Secret Agent X-9 Dashiell Hammett Alex Raymond.jpg

(Secret Agent X-9 written by crime legend Dashiell Hammett and the equally famous Alex Raymond, taken from the Mammoth Book of Best Crime Comics, edited by Paul Gravett and published by Constable Robinson)

Another decision was not to put them into chronological order or attempt some sort of genre history. Peter Normanton handled this structure very well in his Horror collection, but with Crime we wanted to mix and match, create contrasts and connections between the stories and aim it at a broad audience after some good reads. I also had loads of helpful tips from friends, collectors, retailers and creators making suggestions.

FPI: Do you look for new material specially made for the collection, some classic material you think deserves to be seen more or again is it a mix depending on availability, time and budget restraints as well as aesthetic choice?

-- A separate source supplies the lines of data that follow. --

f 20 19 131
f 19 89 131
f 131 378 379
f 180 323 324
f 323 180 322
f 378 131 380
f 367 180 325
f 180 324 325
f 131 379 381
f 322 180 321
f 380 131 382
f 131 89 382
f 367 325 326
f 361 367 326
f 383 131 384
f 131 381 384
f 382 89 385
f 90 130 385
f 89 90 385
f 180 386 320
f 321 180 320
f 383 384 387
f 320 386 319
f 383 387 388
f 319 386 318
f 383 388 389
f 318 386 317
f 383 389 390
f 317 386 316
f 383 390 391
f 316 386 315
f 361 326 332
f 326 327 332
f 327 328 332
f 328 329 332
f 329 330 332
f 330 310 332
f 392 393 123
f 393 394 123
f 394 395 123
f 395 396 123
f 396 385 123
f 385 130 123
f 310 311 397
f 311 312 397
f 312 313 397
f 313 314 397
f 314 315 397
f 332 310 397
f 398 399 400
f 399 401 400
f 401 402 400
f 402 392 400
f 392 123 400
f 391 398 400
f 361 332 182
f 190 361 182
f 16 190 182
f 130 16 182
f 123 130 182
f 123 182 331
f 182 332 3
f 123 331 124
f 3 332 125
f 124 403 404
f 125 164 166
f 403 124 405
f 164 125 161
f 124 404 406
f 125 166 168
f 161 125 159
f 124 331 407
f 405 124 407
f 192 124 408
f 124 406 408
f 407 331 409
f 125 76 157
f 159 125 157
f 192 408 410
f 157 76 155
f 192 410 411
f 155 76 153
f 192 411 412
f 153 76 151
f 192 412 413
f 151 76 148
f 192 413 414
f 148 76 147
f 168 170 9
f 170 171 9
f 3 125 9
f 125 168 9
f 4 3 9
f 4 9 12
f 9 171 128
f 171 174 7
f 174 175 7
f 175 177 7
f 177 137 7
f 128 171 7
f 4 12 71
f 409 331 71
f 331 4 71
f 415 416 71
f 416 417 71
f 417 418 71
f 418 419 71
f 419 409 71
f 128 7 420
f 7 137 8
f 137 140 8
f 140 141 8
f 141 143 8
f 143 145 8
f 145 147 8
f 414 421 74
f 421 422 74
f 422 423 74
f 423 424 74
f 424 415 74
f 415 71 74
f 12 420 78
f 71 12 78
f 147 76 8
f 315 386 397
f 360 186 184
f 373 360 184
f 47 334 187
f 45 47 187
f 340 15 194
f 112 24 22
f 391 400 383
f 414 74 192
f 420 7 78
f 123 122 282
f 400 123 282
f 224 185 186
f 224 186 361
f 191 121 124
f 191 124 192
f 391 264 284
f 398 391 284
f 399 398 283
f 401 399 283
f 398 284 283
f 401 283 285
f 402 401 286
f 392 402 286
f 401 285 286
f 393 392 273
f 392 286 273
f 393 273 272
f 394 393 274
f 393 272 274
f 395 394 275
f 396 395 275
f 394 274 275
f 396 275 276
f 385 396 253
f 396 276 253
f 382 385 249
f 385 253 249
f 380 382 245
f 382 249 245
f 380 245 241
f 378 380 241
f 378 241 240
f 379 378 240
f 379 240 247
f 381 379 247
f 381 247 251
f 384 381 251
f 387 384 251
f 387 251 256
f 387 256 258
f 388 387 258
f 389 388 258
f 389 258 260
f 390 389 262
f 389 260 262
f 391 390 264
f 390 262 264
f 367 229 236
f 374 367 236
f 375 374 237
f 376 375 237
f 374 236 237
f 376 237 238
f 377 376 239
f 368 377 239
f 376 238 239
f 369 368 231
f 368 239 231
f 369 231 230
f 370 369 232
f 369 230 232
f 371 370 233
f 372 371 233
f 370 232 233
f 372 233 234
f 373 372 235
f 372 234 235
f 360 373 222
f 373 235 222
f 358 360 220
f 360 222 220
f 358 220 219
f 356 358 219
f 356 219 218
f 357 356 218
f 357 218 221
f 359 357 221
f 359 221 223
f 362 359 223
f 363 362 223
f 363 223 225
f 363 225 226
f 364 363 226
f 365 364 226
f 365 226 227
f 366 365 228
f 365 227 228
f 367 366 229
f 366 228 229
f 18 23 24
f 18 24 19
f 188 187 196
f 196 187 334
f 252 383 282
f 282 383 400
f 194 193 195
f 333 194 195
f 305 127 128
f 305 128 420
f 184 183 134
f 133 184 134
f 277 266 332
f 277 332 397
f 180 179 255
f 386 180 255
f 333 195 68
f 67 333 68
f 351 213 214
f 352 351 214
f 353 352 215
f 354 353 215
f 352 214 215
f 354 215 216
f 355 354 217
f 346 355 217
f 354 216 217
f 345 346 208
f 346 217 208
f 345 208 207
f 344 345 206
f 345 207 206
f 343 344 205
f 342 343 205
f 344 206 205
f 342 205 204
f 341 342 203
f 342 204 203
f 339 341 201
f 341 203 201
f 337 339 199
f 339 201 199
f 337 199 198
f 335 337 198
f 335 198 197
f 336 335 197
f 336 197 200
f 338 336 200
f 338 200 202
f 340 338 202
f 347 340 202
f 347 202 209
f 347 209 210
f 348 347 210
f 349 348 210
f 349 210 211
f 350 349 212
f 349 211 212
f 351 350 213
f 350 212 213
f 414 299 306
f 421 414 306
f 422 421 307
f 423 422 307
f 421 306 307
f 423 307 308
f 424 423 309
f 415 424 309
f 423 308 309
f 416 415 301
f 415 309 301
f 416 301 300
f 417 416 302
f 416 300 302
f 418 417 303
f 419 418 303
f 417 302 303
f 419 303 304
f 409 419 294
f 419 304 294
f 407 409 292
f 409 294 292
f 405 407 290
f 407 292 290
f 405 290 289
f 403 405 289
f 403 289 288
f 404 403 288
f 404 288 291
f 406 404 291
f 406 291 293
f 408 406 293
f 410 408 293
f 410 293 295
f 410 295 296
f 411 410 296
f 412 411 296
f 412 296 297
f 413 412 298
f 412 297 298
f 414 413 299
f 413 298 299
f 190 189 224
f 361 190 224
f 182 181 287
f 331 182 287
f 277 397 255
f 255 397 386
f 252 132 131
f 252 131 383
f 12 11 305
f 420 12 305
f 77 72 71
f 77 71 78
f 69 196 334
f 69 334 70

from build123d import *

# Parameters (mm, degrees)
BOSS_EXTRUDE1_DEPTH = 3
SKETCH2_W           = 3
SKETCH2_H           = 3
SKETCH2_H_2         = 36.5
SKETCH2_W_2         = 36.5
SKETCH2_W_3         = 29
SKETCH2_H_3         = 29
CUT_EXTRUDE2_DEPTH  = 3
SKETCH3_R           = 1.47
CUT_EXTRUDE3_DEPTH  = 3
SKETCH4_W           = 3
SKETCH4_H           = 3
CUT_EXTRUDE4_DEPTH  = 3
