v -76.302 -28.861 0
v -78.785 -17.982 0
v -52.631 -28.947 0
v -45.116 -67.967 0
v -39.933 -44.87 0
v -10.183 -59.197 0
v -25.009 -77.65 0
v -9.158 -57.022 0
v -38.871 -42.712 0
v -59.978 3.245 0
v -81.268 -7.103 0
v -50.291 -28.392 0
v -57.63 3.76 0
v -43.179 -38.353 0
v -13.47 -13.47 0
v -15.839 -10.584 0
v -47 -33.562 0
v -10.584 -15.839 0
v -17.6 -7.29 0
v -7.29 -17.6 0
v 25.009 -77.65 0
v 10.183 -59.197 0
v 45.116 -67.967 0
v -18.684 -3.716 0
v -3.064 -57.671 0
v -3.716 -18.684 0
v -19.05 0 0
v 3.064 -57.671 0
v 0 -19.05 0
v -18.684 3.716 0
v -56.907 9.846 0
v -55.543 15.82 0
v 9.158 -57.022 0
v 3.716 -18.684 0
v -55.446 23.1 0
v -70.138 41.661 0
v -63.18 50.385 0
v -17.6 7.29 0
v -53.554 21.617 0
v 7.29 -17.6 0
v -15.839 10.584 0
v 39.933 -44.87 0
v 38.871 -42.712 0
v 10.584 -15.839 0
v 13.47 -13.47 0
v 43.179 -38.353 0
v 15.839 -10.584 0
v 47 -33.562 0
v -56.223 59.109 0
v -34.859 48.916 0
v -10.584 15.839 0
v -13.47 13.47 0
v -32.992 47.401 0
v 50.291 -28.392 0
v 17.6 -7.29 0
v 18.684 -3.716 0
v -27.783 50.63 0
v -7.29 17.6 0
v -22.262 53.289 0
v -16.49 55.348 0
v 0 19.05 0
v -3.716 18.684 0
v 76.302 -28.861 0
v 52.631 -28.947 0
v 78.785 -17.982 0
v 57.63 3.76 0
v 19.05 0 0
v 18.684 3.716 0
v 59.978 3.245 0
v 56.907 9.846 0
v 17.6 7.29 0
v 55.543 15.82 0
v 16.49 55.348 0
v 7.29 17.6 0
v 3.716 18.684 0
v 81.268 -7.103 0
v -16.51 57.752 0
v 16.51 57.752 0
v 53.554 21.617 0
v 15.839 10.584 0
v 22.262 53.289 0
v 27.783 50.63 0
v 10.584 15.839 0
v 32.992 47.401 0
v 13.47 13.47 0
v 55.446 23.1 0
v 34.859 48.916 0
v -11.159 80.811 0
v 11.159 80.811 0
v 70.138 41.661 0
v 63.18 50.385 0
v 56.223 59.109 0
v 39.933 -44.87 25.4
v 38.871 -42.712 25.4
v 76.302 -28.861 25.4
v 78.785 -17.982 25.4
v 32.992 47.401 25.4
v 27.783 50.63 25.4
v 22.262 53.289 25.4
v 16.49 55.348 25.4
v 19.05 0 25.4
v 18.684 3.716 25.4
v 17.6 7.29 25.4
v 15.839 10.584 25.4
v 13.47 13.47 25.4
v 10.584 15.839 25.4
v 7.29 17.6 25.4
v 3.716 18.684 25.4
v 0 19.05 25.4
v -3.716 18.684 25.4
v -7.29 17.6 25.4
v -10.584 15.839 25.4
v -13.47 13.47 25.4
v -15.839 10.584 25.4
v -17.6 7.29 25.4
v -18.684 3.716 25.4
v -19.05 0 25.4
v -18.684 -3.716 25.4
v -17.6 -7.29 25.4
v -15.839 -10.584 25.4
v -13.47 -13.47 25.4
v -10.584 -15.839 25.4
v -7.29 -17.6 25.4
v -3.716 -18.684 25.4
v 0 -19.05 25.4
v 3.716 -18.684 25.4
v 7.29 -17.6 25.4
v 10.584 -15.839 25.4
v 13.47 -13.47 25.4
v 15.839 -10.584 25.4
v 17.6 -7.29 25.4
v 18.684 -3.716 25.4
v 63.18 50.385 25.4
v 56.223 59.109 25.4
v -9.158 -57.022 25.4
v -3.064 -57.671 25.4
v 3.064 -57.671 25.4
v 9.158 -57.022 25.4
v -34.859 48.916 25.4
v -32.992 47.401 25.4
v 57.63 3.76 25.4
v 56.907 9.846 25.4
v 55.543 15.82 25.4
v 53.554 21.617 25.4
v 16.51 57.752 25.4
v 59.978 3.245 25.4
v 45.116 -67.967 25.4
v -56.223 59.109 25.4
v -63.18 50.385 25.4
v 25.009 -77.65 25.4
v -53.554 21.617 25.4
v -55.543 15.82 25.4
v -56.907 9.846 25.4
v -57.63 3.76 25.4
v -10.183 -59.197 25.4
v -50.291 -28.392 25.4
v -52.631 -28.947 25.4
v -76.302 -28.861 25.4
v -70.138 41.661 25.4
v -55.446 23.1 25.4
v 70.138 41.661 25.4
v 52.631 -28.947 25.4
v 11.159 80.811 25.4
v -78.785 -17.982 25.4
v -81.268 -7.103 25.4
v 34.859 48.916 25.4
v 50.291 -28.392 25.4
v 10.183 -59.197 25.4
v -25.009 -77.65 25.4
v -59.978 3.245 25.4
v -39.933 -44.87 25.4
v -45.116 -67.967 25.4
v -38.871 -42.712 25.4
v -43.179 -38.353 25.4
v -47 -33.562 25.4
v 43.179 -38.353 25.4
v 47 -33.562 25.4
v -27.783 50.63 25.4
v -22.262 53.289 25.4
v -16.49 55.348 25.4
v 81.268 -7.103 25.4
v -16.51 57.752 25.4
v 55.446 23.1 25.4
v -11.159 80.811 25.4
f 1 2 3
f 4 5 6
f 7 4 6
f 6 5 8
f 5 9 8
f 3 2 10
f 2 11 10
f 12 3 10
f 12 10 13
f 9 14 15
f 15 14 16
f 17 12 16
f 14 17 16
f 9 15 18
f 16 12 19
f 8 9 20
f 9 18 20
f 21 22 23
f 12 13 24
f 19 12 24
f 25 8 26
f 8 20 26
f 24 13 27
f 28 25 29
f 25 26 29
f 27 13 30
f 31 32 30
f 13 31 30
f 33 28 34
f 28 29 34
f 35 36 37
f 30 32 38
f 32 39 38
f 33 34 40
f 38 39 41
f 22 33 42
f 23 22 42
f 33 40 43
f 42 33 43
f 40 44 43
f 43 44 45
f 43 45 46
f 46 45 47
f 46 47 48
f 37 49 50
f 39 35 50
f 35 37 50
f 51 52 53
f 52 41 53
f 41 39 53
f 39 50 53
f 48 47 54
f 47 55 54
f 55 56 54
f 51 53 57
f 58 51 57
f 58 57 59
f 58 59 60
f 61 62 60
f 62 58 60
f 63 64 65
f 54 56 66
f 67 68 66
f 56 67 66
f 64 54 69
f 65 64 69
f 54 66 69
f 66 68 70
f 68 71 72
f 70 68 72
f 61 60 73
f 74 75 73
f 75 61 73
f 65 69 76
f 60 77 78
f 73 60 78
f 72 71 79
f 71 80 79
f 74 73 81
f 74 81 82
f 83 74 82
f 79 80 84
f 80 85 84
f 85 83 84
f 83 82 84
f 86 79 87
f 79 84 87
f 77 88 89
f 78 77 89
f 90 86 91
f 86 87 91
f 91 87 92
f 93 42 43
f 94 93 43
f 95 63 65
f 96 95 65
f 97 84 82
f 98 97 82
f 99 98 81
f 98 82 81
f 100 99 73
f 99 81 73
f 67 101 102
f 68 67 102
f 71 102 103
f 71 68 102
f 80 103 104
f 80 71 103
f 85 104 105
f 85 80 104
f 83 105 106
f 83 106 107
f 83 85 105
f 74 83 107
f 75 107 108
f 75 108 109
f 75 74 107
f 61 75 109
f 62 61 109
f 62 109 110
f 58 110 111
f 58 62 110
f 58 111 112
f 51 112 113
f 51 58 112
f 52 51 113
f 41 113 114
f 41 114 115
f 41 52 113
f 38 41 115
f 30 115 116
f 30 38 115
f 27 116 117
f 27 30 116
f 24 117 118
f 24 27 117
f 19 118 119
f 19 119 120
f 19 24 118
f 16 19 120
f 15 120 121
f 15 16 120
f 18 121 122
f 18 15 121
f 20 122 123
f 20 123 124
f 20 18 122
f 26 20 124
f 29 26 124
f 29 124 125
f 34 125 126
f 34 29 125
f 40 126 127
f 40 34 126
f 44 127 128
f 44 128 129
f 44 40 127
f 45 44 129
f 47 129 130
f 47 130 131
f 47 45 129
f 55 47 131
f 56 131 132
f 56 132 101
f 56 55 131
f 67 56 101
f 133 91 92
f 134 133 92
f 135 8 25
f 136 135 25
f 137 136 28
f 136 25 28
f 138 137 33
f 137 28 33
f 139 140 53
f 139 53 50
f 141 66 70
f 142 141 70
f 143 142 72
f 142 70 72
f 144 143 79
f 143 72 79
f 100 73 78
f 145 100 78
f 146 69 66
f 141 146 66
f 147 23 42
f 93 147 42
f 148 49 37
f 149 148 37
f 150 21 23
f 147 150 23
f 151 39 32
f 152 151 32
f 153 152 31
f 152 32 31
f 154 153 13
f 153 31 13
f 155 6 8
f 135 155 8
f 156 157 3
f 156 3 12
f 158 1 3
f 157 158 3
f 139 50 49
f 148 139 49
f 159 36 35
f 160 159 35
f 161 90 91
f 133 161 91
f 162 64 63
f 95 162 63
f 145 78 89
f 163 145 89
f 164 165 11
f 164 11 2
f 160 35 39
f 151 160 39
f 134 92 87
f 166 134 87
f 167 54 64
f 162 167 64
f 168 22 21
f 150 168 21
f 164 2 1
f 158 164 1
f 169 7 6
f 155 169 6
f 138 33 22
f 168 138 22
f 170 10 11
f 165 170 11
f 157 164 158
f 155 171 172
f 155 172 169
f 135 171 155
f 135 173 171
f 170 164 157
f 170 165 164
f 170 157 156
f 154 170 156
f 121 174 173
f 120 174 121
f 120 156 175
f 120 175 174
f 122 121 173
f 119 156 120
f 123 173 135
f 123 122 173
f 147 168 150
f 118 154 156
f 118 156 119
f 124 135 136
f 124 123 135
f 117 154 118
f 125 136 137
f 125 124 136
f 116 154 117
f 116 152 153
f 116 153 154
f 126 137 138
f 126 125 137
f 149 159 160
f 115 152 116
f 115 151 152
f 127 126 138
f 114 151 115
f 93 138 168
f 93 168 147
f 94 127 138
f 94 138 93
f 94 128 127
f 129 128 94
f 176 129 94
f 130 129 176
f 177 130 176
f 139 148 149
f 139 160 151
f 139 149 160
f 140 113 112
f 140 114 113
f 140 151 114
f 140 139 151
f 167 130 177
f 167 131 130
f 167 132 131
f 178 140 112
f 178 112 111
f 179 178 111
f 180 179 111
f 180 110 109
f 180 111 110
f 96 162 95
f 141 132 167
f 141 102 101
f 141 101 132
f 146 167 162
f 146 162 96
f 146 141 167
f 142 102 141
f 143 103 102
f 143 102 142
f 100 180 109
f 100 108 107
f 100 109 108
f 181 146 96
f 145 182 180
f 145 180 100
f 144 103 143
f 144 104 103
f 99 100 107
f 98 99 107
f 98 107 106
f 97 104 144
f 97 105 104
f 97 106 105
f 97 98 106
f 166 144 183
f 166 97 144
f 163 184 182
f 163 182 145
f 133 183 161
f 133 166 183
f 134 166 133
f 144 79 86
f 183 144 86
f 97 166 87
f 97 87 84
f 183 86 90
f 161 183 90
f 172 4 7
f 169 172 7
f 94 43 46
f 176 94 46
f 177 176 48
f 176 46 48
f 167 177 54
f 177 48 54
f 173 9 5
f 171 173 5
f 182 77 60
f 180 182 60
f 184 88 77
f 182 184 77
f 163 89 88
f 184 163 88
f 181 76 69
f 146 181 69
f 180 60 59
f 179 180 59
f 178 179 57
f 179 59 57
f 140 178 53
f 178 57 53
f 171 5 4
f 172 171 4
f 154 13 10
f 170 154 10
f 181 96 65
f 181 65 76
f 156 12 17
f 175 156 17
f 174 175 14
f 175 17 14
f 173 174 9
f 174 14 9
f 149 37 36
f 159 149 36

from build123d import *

# Parameters (mm, degrees)
F0_R     = 19.05
F1_DEPTH = 25.4


with BuildPart() as f1:
    # F0 (on Top) → F1 (new body)
    with BuildSketch(Plane.XY):
        with BuildLine():
            Line((-10.182837, -59.196547), (-9.157953, -57.02169))
            ThreePointArc((-9.157953, -57.02169), (-25.057833, -52.033126), (-38.871462, -42.712418))
            Line((-38.871462, -42.712418), (-39.932829, -44.869706))
            Line((-39.932829, -44.869706), (-45.115972, -67.966514))
            Line((-45.115972, -67.966514), (-35.062492, -72.808015))
            Line((-35.062492, -72.808015), (-25.009012, -77.649516))
            Line((-25.009012, -77.649516), (-10.182837, -59.196547))
        make_face()
        with BuildLine():
            Line((-52.630619, -28.947181), (-50.291243, -28.392466))
            ThreePointArc((-50.291243, -28.392466), (-56.30444, -12.851121), (-57.629873, 3.760176))
            Line((-57.629873, 3.760176), (-59.97826, 3.244939))
            Line((-59.97826, 3.244939), (-81.267709, -7.103341))
            Line((-81.267709, -7.103341), (-78.784705, -17.982095))
            Line((-78.784705, -17.982095), (-76.3017, -28.860849))
            Line((-76.3017, -28.860849), (-52.630619, -28.947181))
        make_face()
        with BuildLine():
            ThreePointArc((-53.554201, 21.616864), (-45.152655, 36.008041), (-32.991815, 47.401281))
            Line((-32.991815, 47.401281), (-34.858838, 48.916078))
            Line((-34.858838, 48.916078), (-56.223203, 59.108793))
            Line((-56.223203, 59.108793), (-63.180428, 50.38471))
            Line((-63.180428, 50.38471), (-70.137652, 41.660627))
            Line((-70.137652, 41.660627), (-55.446471, 23.100003))
            Line((-55.446471, 23.100003), (-53.554201, 21.616864))
        make_face()
        with BuildLine():
            ThreePointArc((32.991815, 47.401281), (45.152655, 36.008041), (53.554201, 21.616864))
            Line((53.554201, 21.616864), (55.446471, 23.100003))
            Line((55.446471, 23.100003), (70.137652, 41.660627))
            Line((70.137652, 41.660627), (63.180428, 50.38471))
            Line((63.180428, 50.38471), (56.223203, 59.108793))
            Line((56.223203, 59.108793), (34.858838, 48.916078))
            Line((34.858838, 48.916078), (32.991815, 47.401281))
        make_face()
        with BuildLine():
            ThreePointArc((0, 57.752413), (8.332046, 57.148213), (16.489754, 55.348254))
            Line((16.489754, 55.348254), (16.51, 57.752413))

Were there any creators or stories you’d really like to have featured but just couldn’t get in there?

PG: There’s no new material, though I had hoped to include an excellent silent four-pager by two of the finalists in last year’s Observer/Jonathan Cape/Comica Graphic Short Story competition but the space wasn’t there, this time anyway. The budget on these books is pretty lean so it’s hard to commission brand new work. I took the word “Best” in the title very much to heart, and have frankly overspent to make this book as top-notch as possible. Kind of crazy of me, I know, but I do believe in the quality throughout this compendium and hope it can reach a bigger public this way. And yes, there are several creators and stories who didn’t make the final cut. In fact, there’s more than enough top-class material to do a sequel volume if the demand is there – for starters I want Raymond Chandler in there, and ideally one or more manga too.

FPI: Well there is such a long and rich history of crime fiction from both prose and graphical mediums going way back to draw on and I know from my own time in bookselling that it’s a genre that never seems to go out of fashion.

Leaving aside who you couldn’t feature for one reason or another, let’s look at some of the folks you do have – it’s a pretty impressive list too. Alan Moore, Neil Gaiman, Charles Burns, Will Eisner, Jacques Tardi from the comics world and some classic crime writers like Dashiel Hammett, Mickey Spillane and Ed McBain from the prose world. It’s probably too cruel to ask you to pick out a single favourite from that mix, but were there any which you especially enjoyed reading or any that surprised you?

PG: Obviously, I rate every tale here highly, but it was a special thrill to be able to “top and tail” the book with two Alan Moore stories which work so brilliantly. “Old Gangsters Never Die” finally gets a chance to be seen at a proper size. Previously the pages had appeared bubble-gum-card sized on the foldout sleeve of the single by The Sinister Ducks. It was also reprinted but small in George Khoury’s excellent TwoMorrows book, The Extraordinary Works of Alan Moore.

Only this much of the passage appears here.